[Saved data entries]
*** Begin section ***
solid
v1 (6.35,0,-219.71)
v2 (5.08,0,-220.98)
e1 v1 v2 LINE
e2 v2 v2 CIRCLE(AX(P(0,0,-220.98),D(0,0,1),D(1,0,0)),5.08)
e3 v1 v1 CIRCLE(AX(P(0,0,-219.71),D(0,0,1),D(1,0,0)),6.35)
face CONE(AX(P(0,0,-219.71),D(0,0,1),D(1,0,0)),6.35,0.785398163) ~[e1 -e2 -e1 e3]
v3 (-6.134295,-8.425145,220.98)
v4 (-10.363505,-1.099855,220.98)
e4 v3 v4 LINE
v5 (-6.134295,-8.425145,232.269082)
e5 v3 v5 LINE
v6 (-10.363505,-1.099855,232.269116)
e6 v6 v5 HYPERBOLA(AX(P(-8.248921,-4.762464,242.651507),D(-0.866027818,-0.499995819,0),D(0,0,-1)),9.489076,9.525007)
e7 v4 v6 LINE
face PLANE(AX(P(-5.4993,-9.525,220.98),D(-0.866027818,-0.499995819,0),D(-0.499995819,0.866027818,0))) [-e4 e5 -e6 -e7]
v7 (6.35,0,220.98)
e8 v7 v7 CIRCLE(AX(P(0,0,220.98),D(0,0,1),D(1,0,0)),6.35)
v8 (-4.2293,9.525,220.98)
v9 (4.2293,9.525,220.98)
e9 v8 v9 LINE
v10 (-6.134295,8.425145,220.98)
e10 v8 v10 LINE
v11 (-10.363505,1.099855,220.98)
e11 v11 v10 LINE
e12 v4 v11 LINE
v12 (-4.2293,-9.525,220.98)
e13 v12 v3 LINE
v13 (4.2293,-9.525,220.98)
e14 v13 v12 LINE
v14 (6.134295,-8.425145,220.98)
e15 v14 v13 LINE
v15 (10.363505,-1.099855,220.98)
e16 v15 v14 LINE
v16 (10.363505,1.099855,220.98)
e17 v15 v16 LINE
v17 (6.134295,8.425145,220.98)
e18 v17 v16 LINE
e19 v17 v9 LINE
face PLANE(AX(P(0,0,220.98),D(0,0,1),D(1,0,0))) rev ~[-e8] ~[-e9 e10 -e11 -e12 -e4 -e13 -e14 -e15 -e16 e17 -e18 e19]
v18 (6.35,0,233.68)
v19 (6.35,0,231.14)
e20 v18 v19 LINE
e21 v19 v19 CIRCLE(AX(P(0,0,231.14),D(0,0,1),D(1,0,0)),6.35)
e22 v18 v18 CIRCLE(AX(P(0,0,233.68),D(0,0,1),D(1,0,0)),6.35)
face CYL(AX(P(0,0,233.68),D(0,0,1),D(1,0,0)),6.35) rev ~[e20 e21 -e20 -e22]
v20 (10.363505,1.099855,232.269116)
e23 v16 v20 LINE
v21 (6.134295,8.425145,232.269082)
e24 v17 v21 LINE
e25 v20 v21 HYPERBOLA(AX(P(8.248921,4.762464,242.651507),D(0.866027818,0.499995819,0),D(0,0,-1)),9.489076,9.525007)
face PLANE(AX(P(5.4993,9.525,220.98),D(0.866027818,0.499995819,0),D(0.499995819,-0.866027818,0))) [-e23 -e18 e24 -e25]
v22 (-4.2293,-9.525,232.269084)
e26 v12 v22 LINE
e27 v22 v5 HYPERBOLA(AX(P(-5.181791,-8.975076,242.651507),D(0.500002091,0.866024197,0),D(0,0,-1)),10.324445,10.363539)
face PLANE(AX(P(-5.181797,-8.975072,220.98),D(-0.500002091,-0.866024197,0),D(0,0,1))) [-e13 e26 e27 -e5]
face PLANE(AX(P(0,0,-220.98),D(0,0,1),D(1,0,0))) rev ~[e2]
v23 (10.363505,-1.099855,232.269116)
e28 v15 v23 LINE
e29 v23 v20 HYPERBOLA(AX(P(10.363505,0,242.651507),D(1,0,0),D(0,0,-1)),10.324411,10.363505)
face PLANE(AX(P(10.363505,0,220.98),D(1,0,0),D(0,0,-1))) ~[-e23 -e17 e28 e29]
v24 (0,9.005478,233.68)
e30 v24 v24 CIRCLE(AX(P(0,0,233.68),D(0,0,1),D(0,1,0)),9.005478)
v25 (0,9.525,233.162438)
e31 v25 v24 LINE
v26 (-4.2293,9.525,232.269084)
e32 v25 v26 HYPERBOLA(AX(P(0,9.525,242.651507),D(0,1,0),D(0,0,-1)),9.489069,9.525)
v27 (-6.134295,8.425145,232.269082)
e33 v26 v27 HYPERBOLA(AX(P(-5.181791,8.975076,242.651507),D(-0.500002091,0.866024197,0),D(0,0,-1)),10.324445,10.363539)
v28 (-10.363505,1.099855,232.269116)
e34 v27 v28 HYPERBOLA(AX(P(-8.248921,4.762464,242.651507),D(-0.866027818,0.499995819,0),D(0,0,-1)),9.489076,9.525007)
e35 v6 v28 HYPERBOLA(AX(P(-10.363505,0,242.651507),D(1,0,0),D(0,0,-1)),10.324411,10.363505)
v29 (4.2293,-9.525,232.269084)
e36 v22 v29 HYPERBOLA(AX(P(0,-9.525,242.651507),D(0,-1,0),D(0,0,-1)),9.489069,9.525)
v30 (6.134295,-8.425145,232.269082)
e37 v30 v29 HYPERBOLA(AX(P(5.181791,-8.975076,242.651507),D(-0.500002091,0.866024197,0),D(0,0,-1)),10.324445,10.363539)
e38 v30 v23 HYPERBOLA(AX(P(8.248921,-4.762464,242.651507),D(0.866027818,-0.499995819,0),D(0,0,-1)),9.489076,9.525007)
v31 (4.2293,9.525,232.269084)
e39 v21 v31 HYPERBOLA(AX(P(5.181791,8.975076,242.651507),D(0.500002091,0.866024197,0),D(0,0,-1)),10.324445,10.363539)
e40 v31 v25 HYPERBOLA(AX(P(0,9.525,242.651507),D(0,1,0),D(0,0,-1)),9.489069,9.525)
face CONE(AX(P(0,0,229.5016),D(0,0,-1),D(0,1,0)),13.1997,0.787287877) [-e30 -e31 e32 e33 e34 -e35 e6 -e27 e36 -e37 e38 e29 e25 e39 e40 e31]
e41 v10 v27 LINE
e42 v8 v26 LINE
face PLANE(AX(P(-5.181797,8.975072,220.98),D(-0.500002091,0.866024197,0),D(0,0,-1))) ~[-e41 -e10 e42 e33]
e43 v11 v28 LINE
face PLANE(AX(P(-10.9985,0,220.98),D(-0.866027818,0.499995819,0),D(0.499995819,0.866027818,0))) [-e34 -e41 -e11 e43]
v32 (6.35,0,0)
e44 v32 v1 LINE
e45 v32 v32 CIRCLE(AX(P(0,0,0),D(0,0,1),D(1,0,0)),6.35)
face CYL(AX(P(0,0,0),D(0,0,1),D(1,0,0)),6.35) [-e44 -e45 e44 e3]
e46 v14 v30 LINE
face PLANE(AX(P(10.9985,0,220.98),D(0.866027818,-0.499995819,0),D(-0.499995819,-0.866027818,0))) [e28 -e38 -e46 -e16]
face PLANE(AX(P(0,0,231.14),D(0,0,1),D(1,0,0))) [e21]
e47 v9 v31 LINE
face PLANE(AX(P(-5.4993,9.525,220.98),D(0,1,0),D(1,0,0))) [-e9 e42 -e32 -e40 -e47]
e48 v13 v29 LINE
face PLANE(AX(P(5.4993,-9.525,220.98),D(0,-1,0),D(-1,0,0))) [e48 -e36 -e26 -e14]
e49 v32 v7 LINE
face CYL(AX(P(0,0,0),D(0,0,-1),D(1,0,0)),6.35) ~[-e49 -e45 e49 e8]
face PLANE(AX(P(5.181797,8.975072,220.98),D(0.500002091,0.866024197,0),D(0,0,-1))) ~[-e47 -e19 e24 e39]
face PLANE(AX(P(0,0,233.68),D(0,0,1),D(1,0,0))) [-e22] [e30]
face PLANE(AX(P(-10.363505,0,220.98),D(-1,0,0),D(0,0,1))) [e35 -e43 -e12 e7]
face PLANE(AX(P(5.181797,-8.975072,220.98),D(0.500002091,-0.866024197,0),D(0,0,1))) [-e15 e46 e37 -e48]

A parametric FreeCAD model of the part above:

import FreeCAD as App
import Part
import Sketcher
from FreeCAD import Vector
Q = App.Units.Quantity


def edges_at(feature, points):
    """Names of the edges that pass closest to the given points."""
    edges = feature.Shape.Edges
    near = lambda p: min(range(len(edges)), key=lambda i: edges[i].distToShape(Part.Vertex(*p))[0])
    return sorted({f"Edge{near(p) + 1}" for p in points})


def add_polygon(sketch, points):
    """Adds a closed chain of lines whose ends are joined by coincident constraints."""
    first, n = sketch.GeometryCount, len(points)
    for a, b in zip(points, points[1:] + points[:1]):
        sketch.addGeometry(Part.LineSegment(App.Vector(*a, 0), App.Vector(*b, 0)), False)
    for i in range(n):
        sketch.addConstraint(Sketcher.Constraint("Coincident", first + i, 2, first + (i + 1) % n, 1))

doc = App.newDocument("Part")
params = doc.addObject("Spreadsheet::Sheet", "Params")
for row, (alias, value) in enumerate([
    ("sketch1_diameter", "0.5 in"),
    ("pad1_length", "17.4 in"),
    ("chamfer_size", "0.05 in"),
    ("pad2_length", "0.5 in"),
    ("sketch3_diameter", "0.5 in"),
    ("pocket1_length", "0.1 in"),
    ("groove_angle", "360 deg"),
    ("chamfer2_size", "0.05 in"),
], start=1):
    params.set(f"A{row}", alias)
    params.set(f"B{row}", "=" + value)
    params.setAlias(f"B{row}", alias)

body = doc.addObject("PartDesign::Body", "Body")

# Sketch on XY plane
sketch1 = doc.addObject("Sketcher::SketchObject", "Sketch")
body.addObject(sketch1)
sketch1.AttachmentSupport = (doc.XY_Plane, [""])
sketch1.MapMode = "FlatFace"
sketch1.addGeometry(Part.Circle(Vector(0, 0, 0), Vector(0, 0, 1), 6), False)
sketch1.addConstraint(Sketcher.Constraint("Coincident", 0, 3, -1, 1))
sketch1.addConstraint(Sketcher.Constraint("Diameter", 0, Q("0.5 in")))
sketch1.setExpression("Constraints[1]", "Params.sketch1_diameter")
pad1 = doc.addObject("PartDesign::Pad", "Pad")
body.addObject(pad1)
pad1.Profile = sketch1
pad1.setExpression("Length", "Params.pad1_length")
pad1.Midplane = True
doc.recompute()

chamfer = doc.addObject("PartDesign::Chamfer", "Chamfer")
body.addObject(chamfer)
chamfer.Base = (pad1, edges_at(pad1, [(-6.35, 0, -220.98)]))
chamfer.setExpression("Size", "Params.chamfer_size")

# Sketch on XY plane
sketch2 = doc.addObject("Sketcher::SketchObject", "Sketch001")
body.addObject(sketch2)
sketch2.AttachmentSupport = (doc.XY_Plane, [""])
sketch2.MapMode = "FlatFace"
sketch2.AttachmentOffset = App.Placement(Vector(0, 0, 8.7 * 25.4), App.Rotation())
add_polygon(sketch2, [(5, -10), (11, 0), (5, 10), (-5, 10), (-11, 0), (-5, -10)])  # lines 0-5
sketch2.addConstraint(Sketcher.Constraint("Horizontal", 2))
sketch2.addConstraint(Sketcher.Constraint("Horizontal", 5))
sketch2.addConstraint(Sketcher.Constraint("Symmetric", 0, 2, 3, 2, -1, 1))
sketch2.addConstraint(Sketcher.Constraint("Symmetric", 1, 2, 4, 2, -1, 1))
sketch2.addConstraint(Sketcher.Constraint("PointOnObject", 0, 2, -1))
sketch2.addConstraint(Sketcher.Constraint("Parallel", 0, 3))
sketch2.addConstraint(Sketcher.Constraint("Vertical", 2, 2, 4, 2))
sketch2.addConstraint(Sketcher.Constraint("DistanceY", 4, 2, 2, 2, Q("0.75 in")))
sketch2.addConstraint(Sketcher.Constraint("Angle", 0, Q("60.0003 deg")))
sketch2.addConstraint(Sketcher.Constraint("DistanceX", -1, 1, 0, 2, Q("0.433 in")))
pad2 = doc.addObject("PartDesign::Pad", "Pad001")
body.addObject(pad2)
pad2.Profile = sketch2
pad2.setExpression("Length", "Params.pad2_length")

# Sketch on XY plane
sketch3 = doc.addObject("Sketcher::SketchObject", "Sketch002")
body.addObject(sketch3)
sketch3.AttachmentSupport = (doc.XY_Plane, [""])
sketch3.MapMode = "FlatFace"
sketch3.AttachmentOffset = App.Placement(Vector(0, 0, 9.2 * 25.4), App.Rotation())
sketch3.addGeometry(Part.Circle(Vector(0, 0, 0), Vector(0, 0, 1), 6), False)
sketch3.addConstraint(Sketcher.Constraint("Coincident", 0, 3, -1, 1))
sketch3.addConstraint(Sketcher.Constraint("Diameter", 0, Q("0.5 in")))
sketch3.setExpression("Constraints[1]", "Params.sketch3_diameter")
pocket1 = doc.addObject("PartDesign::Pocket", "Pocket")
body.addObject(pocket1)
pocket1.Profile = sketch3
pocket1.setExpression("Length", "Params.pocket1_length")

# Sketch on YZ plane
sketch4 = doc.addObject("Sketcher::SketchObject", "Sketch003")
body.addObject(sketch4)
sketch4.AttachmentSupport = (doc.YZ_Plane, [""])
sketch4.MapMode = "FlatFace"
add_polygon(sketch4, [(7.9, 234.8), (13.2, 229.5), (10.6, 234.8)])  # lines 0-2
sketch4.addConstraint(Sketcher.Constraint("Horizontal", 2))
sketch4.addConstraint(Sketcher.Constraint("DistanceX", -1, 1, 1, 2, Q("0.419 in")))
sketch4.addConstraint(Sketcher.Constraint("DistanceX", 2, 2, 2, 1, 2.7446))
sketch4.addConstraint(Sketcher.Constraint("DistanceY", -1, 1, 0, 2, Q("9.0355 in")))
sketch4.addConstraint(Sketcher.Constraint("Distance", 0, 7.4837))
sketch4.addConstraint(Sketcher.Constraint("Distance", 1, 5.8683))
groove = doc.addObject("PartDesign::Groove", "Groove")
body.addObject(groove)
groove.Profile = sketch4
groove.ReferenceAxis = (sketch4, ["V_Axis"])
groove.setExpression("Angle", "Params.groove_angle")
doc.recompute()

chamfer2 = doc.addObject("PartDesign::Chamfer", "Chamfer001")
body.addObject(chamfer2)
chamfer2.Base = (groove, edges_at(groove, [
    (5.499, 9.525, 226.337),
    (10.998, 0, 226.337),
    (5.499, -9.525, 226.337),
    (-5.499, -9.525, 226.337),
    (-10.998, 0, 226.337),
    (-5.499, 9.525, 226.337),
]))
chamfer2.setExpression("Size", "Params.chamfer2_size")

doc.recompute()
*** End section ***
Count up the lines above in which the word "CONE" appears, and give nothing but that count.

SOLUTION TO THE PROBLEM:
2